In memory, from lowest to highest position, the R_right is saved and then the R_left:

Decrease SP
Insert Left Register
Decrease SP
Insert Right Register

POP

It works the other way around:

Insert Right Registro
Increases SP
Insert Left Register
Increases SP

BIT INSTRUCTIONS

BIT

It checks the state (set or reset) of a specific bit and modifies the Z flag; If the bit is 0, the Z flag is reset to 1 and vice versa.

Receives:

Value from 0 to 7 (position to check)
Register A or an 8-bit number (which register to check)

bit 1, C ;C = 0 1 0 0 1 0 1 1

SET

Set state to a specific bit

Receives:

Value from 0 to 7 (position to change to set)
Register A or an 8-bit number (which register)

set 2, C ;nuevo C = 0 1 0 0 1 1 1 1

RES

Reset state to a specific bit

Receives:

Value from 0 to 7 (position to change to reset)
Register A or an 8-bit number (which register)

res 6, C ;nuevo C = 0 0 0 0 1 0 1 1

ADDRESSES OF INTEREST

Pixels (Screen Display)

Address → $4000

Size = 192 rows x 32 columns = 6144 = $1800

Bitmaps (spriting)

Attributes (Screen Display)

Address → $5800

Size = 24 rows x 32 columns = 756 = $300

Keyboard, Borders and Sound

It's an isolated I/O port, on a device called a ULA, that handles the keyboard, border, and sound:

Address → $fe

Code and Stack

We initialize the code and the stack at these positions, but it is remarkable that this is not necessary.
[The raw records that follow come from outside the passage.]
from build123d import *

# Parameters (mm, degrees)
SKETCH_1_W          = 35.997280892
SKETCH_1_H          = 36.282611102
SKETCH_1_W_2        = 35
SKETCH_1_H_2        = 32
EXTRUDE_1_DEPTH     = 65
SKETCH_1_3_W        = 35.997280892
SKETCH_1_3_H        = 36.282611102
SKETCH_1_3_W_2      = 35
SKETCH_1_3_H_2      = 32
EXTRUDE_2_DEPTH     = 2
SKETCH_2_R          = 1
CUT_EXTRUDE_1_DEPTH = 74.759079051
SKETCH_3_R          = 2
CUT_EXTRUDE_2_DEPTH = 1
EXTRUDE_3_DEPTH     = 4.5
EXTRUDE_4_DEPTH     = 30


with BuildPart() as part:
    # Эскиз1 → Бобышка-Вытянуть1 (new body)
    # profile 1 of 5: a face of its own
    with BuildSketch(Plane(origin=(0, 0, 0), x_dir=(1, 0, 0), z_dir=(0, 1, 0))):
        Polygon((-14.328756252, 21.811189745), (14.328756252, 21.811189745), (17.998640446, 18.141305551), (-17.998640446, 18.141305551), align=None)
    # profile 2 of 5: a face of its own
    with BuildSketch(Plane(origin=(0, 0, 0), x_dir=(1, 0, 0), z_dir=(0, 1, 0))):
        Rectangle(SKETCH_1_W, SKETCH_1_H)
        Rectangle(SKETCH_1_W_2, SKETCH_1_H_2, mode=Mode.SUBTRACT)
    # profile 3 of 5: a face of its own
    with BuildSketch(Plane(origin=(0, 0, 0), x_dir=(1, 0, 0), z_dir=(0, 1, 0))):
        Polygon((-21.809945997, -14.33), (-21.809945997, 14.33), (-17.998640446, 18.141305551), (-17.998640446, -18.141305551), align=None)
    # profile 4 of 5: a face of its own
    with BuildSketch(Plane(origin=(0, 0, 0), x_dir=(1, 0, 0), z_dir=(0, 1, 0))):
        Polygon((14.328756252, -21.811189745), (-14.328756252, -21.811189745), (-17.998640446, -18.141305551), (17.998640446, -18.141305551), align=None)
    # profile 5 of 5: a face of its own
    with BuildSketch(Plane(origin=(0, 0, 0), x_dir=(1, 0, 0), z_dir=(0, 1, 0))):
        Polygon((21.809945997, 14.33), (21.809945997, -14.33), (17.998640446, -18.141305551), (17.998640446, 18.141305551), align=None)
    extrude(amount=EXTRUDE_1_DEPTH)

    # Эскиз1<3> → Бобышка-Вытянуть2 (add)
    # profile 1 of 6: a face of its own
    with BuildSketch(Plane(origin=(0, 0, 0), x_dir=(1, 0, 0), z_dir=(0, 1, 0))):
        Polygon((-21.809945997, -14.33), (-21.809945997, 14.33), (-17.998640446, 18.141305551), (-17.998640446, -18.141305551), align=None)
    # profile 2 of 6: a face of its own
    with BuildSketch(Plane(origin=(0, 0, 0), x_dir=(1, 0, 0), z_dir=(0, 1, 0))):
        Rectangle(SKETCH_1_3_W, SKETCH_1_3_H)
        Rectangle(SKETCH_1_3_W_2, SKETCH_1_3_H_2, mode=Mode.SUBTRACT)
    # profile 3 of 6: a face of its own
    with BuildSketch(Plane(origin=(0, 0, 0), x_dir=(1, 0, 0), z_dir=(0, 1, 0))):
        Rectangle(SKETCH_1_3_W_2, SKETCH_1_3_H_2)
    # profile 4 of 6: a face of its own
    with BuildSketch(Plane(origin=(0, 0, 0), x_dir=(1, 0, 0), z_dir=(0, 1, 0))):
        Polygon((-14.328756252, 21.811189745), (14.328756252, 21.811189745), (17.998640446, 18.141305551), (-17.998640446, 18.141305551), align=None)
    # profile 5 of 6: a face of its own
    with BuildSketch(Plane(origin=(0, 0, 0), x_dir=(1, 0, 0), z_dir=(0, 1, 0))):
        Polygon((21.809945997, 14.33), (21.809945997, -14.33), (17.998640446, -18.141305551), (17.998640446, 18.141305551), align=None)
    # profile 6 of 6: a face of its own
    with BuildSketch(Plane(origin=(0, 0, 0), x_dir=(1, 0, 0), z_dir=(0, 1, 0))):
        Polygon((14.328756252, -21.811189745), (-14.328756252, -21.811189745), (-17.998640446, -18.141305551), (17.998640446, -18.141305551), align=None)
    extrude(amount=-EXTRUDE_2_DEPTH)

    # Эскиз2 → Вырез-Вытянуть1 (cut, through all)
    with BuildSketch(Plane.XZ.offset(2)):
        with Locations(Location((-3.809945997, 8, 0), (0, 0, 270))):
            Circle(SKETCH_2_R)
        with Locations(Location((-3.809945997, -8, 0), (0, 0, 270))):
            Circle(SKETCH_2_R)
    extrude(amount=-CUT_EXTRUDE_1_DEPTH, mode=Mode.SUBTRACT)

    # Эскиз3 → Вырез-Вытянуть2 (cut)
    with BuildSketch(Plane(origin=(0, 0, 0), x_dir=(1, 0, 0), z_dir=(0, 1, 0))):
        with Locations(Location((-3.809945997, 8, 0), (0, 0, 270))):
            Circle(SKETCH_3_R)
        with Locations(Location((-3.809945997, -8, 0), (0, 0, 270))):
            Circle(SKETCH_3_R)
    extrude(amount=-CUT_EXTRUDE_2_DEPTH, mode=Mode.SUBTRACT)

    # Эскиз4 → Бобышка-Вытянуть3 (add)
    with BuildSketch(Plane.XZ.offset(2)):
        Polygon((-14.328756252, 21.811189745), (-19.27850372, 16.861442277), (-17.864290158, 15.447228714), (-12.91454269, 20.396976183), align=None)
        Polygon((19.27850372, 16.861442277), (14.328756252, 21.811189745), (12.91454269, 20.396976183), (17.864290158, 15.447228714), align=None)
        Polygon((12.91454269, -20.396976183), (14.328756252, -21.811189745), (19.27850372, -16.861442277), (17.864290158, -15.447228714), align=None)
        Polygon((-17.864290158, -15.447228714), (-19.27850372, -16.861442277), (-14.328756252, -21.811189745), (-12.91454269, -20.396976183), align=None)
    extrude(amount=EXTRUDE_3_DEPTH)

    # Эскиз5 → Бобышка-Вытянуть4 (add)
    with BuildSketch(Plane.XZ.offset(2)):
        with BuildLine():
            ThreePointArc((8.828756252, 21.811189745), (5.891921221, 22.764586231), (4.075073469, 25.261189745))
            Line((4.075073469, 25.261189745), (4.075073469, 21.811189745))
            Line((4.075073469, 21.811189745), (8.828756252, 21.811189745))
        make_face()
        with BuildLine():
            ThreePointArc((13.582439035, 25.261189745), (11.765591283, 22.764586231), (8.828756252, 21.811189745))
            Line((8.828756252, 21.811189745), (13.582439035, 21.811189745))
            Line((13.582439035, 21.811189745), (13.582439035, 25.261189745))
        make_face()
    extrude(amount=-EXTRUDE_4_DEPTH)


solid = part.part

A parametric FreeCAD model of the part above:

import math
import FreeCAD as App
import Part
import Sketcher
Q = App.Units.Quantity

doc = App.newDocument("Part")
body = doc.addObject("PartDesign::Body", "Body")

# Sketch on XZ plane
sketch1 = body.newObject("Sketcher::SketchObject", "Sketch")
sketch1.AttachmentSupport = (doc.getObject("XZ_Plane"), [""])
sketch1.MapMode = "FlatFace"
sketch1.addGeometry([
    Part.LineSegment(App.Vector(14, -22, 0), App.Vector(-14, -22, 0)),  # 0
    Part.LineSegment(App.Vector(-14, -22, 0), App.Vector(-22, -14, 0)),  # 1
    Part.LineSegment(App.Vector(-22, -14, 0), App.Vector(-22, 14, 0)),  # 2
    Part.LineSegment(App.Vector(-22, 14, 0), App.Vector(-14, 22, 0)),  # 3
    Part.LineSegment(App.Vector(-14, 22, 0), App.Vector(14, 22, 0)),  # 4
    Part.LineSegment(App.Vector(14, 22, 0), App.Vector(22, 14, 0)),  # 5
    Part.LineSegment(App.Vector(22, 14, 0), App.Vector(22, -14, 0)),  # 6
    Part.LineSegment(App.Vector(22, -14, 0), App.Vector(14, -22, 0)),  # 7
    Part.LineSegment(App.Vector(-18, 16, 0), App.Vector(-18, -16, 0)),  # 8
    Part.LineSegment(App.Vector(-18, -16, 0), App.Vector(18, -16, 0)),  # 9
    Part.LineSegment(App.Vector(18, -16, 0), App.Vector(18, 16, 0)),  # 10
    Part.LineSegment(App.Vector(18, 16, 0), App.Vector(-18, 16, 0)),  # 11
], False)
sketch1.addConstraint([
    Sketcher.Constraint("Coincident", 0, 2, 1, 1),
    Sketcher.Constraint("Coincident", 1, 2, 2, 1),
    Sketcher.Constraint("Coincident", 2, 2, 3, 1),
    Sketcher.Constraint("Coincident", 3, 2, 4, 1),
    Sketcher.Constraint("Coincident", 4, 2, 5, 1),
    Sketcher.Constraint("Coincident", 5, 2, 6, 1),
    Sketcher.Constraint("Coincident", 6, 2, 7, 1),
    Sketcher.Constraint("Coincident", 7, 2, 0, 1),
    Sketcher.Constraint("Coincident", 8, 2, 9, 1),
    Sketcher.Constraint("Coincident", 9, 2, 10, 1),
    Sketcher.Constraint("Coincident", 10, 2, 11, 1),
    Sketcher.Constraint("Coincident", 11, 2, 8, 1),
    Sketcher.Constraint("Horizontal", 0),
    Sketcher.Constraint("Vertical", 2),
    Sketcher.Constraint("Horizontal", 4),
    Sketcher.Constraint("Vertical", 6),
    Sketcher.Constraint("Vertical", 8),
    Sketcher.Constraint("Horizontal", 9),
    Sketcher.Constraint("Vertical", 10),
    Sketcher.Constraint("Horizontal", 11),
    Sketcher.Constraint("Symmetric", 0, 2, 4, 2, -1, 1),
    Sketcher.Constraint("Symmetric", 1, 2, 5, 2, -1, 1),
    Sketcher.Constraint("Symmetric", 8, 2, 10, 2, -1, 1),
    Sketcher.Constraint("Perpendicular", 1, 3),
    Sketcher.Constraint("Perpendicular", 5, 7),
    Sketcher.Constraint("Horizontal", 2, 2, 5, 2),
    Sketcher.Constraint("Horizontal", 1, 2, 6, 2),
    Sketcher.Constraint("Vertical", 0, 2, 3, 2),
    Sketcher.Constraint("DistanceX", 9, 1, 9, 2, Q("35 mm")),
    Sketcher.Constraint("DistanceY", 8, 2, 8, 1, Q("32 mm")),
    Sketcher.Constraint("DistanceY", 2, 1, 2, 2, Q("28.66 mm")),
    Sketcher.Constraint("Distance", 1, Q("10.58 mm")),
    Sketcher.Constraint("DistanceX", 0, 2, 0, 1, Q("28.657513 mm")),
])
pad1 = body.newObject("PartDesign::Pad", "Pad")
pad1.Profile = sketch1
pad1.Length = 65
pad1.Reversed = True

# Sketch on XZ plane
sketch2 = body.newObject("Sketcher::SketchObject", "Sketch001")
sketch2.AttachmentSupport = (doc.getObject("XZ_Plane"), [""])
sketch2.MapMode = "FlatFace"
sketch2.addGeometry([
    Part.LineSegment(App.Vector(-22, -14, 0), App.Vector(-22, 14, 0)),  # 0
    Part.LineSegment(App.Vector(-22, 14, 0), App.Vector(-14, 22, 0)),  # 1
    Part.LineSegment(App.Vector(-14, 22, 0), App.Vector(14, 22, 0)),  # 2
    Part.LineSegment(App.Vector(14, 22, 0), App.Vector(22, 14, 0)),  # 3
    Part.LineSegment(App.Vector(22, 14, 0), App.Vector(22, -14, 0)),  # 4
    Part.LineSegment(App.Vector(22, -14, 0), App.Vector(14, -22, 0)),  # 5
    Part.LineSegment(App.Vector(14, -22, 0), App.Vector(-14, -22, 0)),  # 6
    Part.LineSegment(App.Vector(-14, -22, 0), App.Vector(-22, -14, 0)),  # 7
], False)
sketch2.addConstraint([
    Sketcher.Constraint("Coincident", 0, 2, 1, 1),
    Sketcher.Constraint("Coincident", 1, 2, 2, 1),
    Sketcher.Constraint("Coincident", 2, 2, 3, 1),
    Sketcher.Constraint("Coincident", 3, 2, 4, 1),
    Sketcher.Constraint("Coincident", 4, 2, 5, 1),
Code → (org $8000) → $8000

Stack Pointer → (sp 0) → $00

ADVANCED FLAGS

(Register) F

It checks the state (set or reset) of a specific bit to know the state of the flag it represents. These are:

F
Bit 7	Bit 6	Bit 5	Bit 4	Bit 3	Bit 2	Bit 1	Bit 0
S	Z	F5	H	F3	P/V	N	C

Where:

C (Carry) > > > Set if the result of an operation does not fit in a register.

Z (Zero) > > > Set if the result of an operation is 0

N (Subtract) > > > Set if the operation was a subtraction

S (Sign) > > > Set if the value of the complement to 2 in negative

P/V > > > If odd parity in logical operations (odd number of ones in a byte) or 2's

Complement Overflow in math operations (which means 2's Complement does not fit

in 1 register)

To call (only functional with jp and call) the flags that we have not seen previously we use:

For Sign > > > s

For Subtract > > > n

For Parity > > > pe > > > Set if Parity Even

> > > po > > > Set if Parity Odd

BIT HANDLING

Shift Bit Instructions

For % 0 0 0 0 1 1 0 1, if we rotate to the right:

Option 1:

% 1 0 0 0 0 1 1 0 > The original bit is moved

Option 2:

% 0 0 0 0 0 1 1 0 > The original bit becomes 0

If we rotate to the left:

Option 1:

% 0 0 0 1 1 0 1 1 > The original bit is kept

Option 2:

% 0 0 0 1 1 0 1 0 > The original bit becomes 0

SLA

sla 8_bit_register

Rotate left and:

Bit 7 (the one that disappears) goes to the carry

flag Bit 0 (the new one) reset (it is set to 0)

SRA

sra 8_bit_register

Rotate right and:

Bit 0 (the one that disappears) goes to the carry flag Bit

7 (the new one) reset (set to original value)

SRL

srl 8_bit_register

Rotate the register to the right and:

Bit 0 (the one that disappears) goes to the carry flag

Bit 7 (the new one) reset (set to 0)

Rotate Bit Instructions

For % 0 0 0 0 1 1 0 1, if we rotate to the right:

% 1 0 0 0 0 1 1 0

If we rotate to the left:

% 0 0 0 1 1 0 1 0

Imagine the byte as a continuous strip (i.e. glued to a cylinder).

rl 8_bit_register

Rotate register left and:

Bit 7 (the one that disappears) is set in the carry flag

Bit 7 (the new one) is set to 0

RLA

RL for register A.

RLC

rlc 8_bit_register

Rotate register left and:

Bit 7 goes to bit 0

Bit 0 goes to carry flag

For % 1 1 1 1 0 0 0 0, RLC would result in:

% 1 1 1 0 0 0 0 1 and the carry would be 1

RLCA

RLC for register A.

rr 8_bit_register

Rotate register right and:

Bit 7 (the new one) becomes the value that the carry flag had

Bit 0 (the one that disappears) is put into the carry

RRA

RR for register A.

RRC

rrc 8_bit_register

Rotate record right and

El bit 0 goes to bit 7

El bit 0 goes to carry flag

RRCA

RRC for register A.

COLORS

The colors in z80 are determined by the following graph, where the combination of 8 bits

generates the number that we must assign to the corresponding coordinates on the

screen to put a square of the color in that position.

Where:

F (Flash) determines the mode

>>> Set Paper and Ink colors flicker

>>> Reset shows the Ink color over the Paper color

B (Brightness) determines the brightness of the color

>>> Slear colors with set

>>> Dark colors with reset

P2 to P0 (Paper) determines the color of the

background (binary)

I2 to I0 (Ink) determines the main color (binary)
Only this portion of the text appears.